# Campground Between Charleston And Myrtle Beach



## kampy (Feb 14, 2006)

Does anyone know of a good campground between Charleston and Myrtle Beach SC? Closer to Charleston. Or any campground that is less than 50 miles from Charleston.
Thanks,
Kampy


----------



## Excursions R Us (Jan 25, 2006)

We stayed at Edisto Beach State Park last summer based on recommendations from this site. Loved it!! The beach sites are much nicer (very close to the water). We spent a day in Charleston and did the walking tour. I can't remember how long it took us to drive to Charleston.


----------



## happycamper (Jul 26, 2005)

rob said:


> We stayed at Edisto Beach State Park last summer based on recommendations from this site. Loved it!! The beach sites are much nicer (very close to the water). We spent a day in Charleston and did the walking tour. I can't remember how long it took us to drive to Charleston.


Ditto
We did Edisto over spring break last year! I recommend the Beach campground if you can get it but either way you can't go wrong. We spent a day in Charleston too. I am thinking it took an hour or slightly longer to get to Charleston. My memory is not working well on that detail.


----------



## FraTra (Aug 21, 2006)

Hi kampy,

We have camped at Huntington Beach state park it'ssouth of Myrtle beach in Murrels Inlet. Great beaches and a nice park overall. The bathrooms were pretty bad at times(we were in a PUP at the time). It's still convenient to to Myrtle beach and it's outside of all the traffic and noise. They do have some full hookup sites but they are in full sun. It is wuit a way to Charleston from there though. What we did was stay 3 nights at James Island County Park in Charleston and 3 nights at Huntinton beach. James Island is full hook ups and is highly recomended.

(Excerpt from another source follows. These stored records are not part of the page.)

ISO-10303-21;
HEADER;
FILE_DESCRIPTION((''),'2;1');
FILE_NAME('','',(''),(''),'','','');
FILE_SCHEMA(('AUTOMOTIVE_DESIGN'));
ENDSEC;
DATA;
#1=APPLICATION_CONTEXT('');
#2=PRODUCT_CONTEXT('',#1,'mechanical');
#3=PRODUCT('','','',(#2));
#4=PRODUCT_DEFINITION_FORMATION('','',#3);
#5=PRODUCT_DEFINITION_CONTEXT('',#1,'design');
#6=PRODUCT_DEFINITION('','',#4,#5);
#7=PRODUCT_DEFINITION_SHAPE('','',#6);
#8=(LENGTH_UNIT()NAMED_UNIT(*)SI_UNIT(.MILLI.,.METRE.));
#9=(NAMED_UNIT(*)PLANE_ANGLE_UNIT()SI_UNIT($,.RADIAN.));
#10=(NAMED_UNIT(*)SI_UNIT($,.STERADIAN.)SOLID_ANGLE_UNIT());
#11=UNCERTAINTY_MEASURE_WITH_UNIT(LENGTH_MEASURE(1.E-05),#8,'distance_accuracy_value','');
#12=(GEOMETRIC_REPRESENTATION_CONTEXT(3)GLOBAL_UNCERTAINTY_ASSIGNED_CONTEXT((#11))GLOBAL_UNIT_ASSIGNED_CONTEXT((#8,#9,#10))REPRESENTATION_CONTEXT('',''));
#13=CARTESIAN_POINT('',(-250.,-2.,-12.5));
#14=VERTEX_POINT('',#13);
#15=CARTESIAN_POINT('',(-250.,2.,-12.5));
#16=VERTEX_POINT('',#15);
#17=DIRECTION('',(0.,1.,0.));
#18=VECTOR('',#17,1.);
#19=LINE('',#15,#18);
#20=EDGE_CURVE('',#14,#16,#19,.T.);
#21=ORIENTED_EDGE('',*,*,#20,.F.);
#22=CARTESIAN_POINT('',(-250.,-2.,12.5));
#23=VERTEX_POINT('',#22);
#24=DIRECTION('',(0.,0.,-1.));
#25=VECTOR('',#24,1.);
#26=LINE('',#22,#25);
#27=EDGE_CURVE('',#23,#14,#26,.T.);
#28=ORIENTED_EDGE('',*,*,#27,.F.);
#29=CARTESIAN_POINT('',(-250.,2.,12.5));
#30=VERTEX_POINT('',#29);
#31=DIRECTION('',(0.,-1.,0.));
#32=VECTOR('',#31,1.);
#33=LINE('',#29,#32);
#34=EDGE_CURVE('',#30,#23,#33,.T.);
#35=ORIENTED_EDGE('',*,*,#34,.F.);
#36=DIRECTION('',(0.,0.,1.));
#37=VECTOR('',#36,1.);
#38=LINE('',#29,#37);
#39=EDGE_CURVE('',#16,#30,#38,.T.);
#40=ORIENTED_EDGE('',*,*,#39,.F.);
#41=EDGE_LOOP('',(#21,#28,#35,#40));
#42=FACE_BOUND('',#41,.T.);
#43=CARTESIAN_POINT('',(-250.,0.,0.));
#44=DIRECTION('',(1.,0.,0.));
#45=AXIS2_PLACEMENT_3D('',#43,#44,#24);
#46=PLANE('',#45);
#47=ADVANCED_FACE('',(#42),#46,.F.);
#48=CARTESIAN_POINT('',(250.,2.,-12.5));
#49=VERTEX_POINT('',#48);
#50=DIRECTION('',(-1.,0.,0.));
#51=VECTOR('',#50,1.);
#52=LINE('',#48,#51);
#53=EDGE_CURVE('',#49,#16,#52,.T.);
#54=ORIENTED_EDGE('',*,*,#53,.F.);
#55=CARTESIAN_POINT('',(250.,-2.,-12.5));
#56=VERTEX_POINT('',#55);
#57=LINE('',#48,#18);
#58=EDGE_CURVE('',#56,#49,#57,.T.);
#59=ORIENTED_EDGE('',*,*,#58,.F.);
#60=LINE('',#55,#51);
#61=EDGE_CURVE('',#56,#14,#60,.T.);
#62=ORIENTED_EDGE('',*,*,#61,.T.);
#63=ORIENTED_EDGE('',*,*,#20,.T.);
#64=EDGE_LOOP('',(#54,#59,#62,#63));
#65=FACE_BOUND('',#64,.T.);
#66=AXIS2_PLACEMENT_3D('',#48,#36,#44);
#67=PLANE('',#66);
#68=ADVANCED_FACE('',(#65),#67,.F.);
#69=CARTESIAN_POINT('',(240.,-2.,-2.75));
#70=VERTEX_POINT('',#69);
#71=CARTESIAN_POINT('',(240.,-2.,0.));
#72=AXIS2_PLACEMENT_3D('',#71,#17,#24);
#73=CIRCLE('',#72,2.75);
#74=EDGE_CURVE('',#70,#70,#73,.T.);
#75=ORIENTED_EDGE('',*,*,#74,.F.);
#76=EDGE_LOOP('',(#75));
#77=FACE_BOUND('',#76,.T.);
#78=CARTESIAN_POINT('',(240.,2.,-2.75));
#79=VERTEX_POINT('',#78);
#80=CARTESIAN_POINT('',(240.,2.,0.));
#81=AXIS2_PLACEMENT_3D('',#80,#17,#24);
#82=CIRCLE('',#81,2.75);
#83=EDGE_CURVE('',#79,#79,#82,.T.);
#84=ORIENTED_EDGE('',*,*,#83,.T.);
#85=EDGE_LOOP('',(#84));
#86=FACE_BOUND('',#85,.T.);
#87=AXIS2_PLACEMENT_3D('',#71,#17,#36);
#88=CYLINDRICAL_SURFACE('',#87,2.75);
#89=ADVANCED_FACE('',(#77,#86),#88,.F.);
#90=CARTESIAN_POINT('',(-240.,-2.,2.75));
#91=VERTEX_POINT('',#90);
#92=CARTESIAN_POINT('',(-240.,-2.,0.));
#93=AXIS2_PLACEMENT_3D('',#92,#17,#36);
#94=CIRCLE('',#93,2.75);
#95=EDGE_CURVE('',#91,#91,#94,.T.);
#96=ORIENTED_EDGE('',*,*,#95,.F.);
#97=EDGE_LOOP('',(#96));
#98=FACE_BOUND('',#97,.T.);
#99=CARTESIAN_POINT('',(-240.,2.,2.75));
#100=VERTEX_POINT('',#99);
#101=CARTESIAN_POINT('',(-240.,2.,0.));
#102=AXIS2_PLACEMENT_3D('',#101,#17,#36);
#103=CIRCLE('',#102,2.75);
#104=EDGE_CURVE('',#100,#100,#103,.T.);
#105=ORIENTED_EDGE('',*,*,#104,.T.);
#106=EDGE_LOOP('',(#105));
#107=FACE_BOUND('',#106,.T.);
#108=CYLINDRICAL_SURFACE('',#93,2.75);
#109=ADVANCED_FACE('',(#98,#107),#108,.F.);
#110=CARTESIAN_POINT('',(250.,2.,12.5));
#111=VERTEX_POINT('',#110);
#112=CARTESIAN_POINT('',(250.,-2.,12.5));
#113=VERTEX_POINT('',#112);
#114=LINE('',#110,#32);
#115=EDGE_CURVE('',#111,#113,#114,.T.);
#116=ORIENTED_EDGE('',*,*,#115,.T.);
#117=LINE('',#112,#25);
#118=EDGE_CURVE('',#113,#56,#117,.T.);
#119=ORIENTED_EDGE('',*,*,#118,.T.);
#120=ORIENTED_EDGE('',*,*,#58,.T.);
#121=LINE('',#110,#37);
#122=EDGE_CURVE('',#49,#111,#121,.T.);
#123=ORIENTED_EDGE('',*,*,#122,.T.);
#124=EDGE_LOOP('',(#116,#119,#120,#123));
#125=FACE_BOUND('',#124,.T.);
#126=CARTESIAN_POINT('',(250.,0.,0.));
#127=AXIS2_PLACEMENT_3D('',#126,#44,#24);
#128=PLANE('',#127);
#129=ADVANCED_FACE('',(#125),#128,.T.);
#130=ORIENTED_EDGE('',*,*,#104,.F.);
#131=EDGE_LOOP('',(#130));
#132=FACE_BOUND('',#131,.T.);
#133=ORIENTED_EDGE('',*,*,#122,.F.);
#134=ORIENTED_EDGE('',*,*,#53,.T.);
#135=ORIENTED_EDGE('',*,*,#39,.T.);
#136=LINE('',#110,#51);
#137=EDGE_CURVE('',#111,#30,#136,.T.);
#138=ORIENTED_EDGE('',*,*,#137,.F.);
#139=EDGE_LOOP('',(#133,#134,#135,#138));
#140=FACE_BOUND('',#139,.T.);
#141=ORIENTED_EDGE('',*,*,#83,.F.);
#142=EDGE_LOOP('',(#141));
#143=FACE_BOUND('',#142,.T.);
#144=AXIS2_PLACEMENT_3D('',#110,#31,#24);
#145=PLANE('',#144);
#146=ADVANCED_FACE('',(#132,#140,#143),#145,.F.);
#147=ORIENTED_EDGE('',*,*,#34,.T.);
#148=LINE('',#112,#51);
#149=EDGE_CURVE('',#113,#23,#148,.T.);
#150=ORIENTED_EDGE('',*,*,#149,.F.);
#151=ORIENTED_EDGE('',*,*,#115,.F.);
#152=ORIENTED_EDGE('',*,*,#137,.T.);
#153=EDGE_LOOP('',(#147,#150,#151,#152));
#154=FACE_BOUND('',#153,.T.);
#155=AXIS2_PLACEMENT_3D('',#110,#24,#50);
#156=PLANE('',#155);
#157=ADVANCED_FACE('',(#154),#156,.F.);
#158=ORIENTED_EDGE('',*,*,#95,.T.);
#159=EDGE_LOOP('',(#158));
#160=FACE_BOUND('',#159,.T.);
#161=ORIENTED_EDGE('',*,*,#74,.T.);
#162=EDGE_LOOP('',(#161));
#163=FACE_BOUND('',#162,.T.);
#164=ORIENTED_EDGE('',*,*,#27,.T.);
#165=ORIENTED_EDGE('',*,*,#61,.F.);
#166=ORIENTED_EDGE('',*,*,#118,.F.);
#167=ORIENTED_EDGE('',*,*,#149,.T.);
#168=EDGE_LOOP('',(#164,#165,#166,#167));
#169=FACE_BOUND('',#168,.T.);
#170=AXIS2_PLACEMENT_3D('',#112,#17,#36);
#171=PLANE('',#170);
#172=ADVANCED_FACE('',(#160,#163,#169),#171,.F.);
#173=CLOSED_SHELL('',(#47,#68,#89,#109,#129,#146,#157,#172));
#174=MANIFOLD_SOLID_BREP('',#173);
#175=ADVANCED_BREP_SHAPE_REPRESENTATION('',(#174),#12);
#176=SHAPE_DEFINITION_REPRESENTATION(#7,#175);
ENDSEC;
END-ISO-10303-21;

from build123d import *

# Parameters (mm, degrees)
SKETCH1_W           = 25
SKETCH1_H           = 4
BOSS_EXTRUDE1_DEPTH = 250
SKETCH2_R           = 2.75
CUT_EXTRUDE1_DEPTH  = 251.344262966


with BuildPart() as part:
    # Sketch1 → Boss-Extrude1 (new, symmetric)
    with BuildSketch(Plane(origin=(0, 0, 0), x_dir=(0, 0, -1), z_dir=(1, 0, 0))):
        Rectangle(SKETCH1_W, SKETCH1_H)
    extrude(amount=BOSS_EXTRUDE1_DEPTH, both=True)

    # Sketch2 → Cut-Extrude1 (cut, through all)
    with BuildSketch(Plane(origin=(0, 2, 0), x_dir=(1, 0, 0), z_dir=(0, 1, 0))):
        with Locations(Location((-240, 0, 0), (0, 0, 270))):
            Circle(SKETCH2_R)
        with Locations(Location((240, 0, 0), (0, 0, 90))):
            Circle(SKETCH2_R)
    extrude(amount=-CUT_EXTRUDE1_DEPTH, mode=Mode.SUBTRACT)


solid = part.part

We are going back to James island this year and also going to Edisto on the same trip.


----------



## Cats4Nat (Jan 28, 2004)

First week we stayed at James Island County Parknear Charleston SC. Wow! What a great park, open year round with 30A and 50A...sewer hookup up. CG within County Park.

For a county park, it was terrific, better than some private parks we have been too. Clean bathroom, great staff, hosts on site to answer questions about area, Charleston, etc.

Folly Beach, county beach, close,....your tow vehicle pass allows you to park for free there all day while you are camping.

James Island has a HUGE playground, splashpark (opened seasonally) and free splash area near playground. 3 Bike paths, each less than 2 miles and FLAT!!!

For you dog owners, there is a dog park walking or riding from CG. Dogs can run loose and run into their own designated lake. They have a blast.

You will not be disappointed with this CG!

Charleston only 6 miles away. Shuttle will take you from CG at 0900 to Charleston and pick you up at 4pm for $5 per person roundtrip.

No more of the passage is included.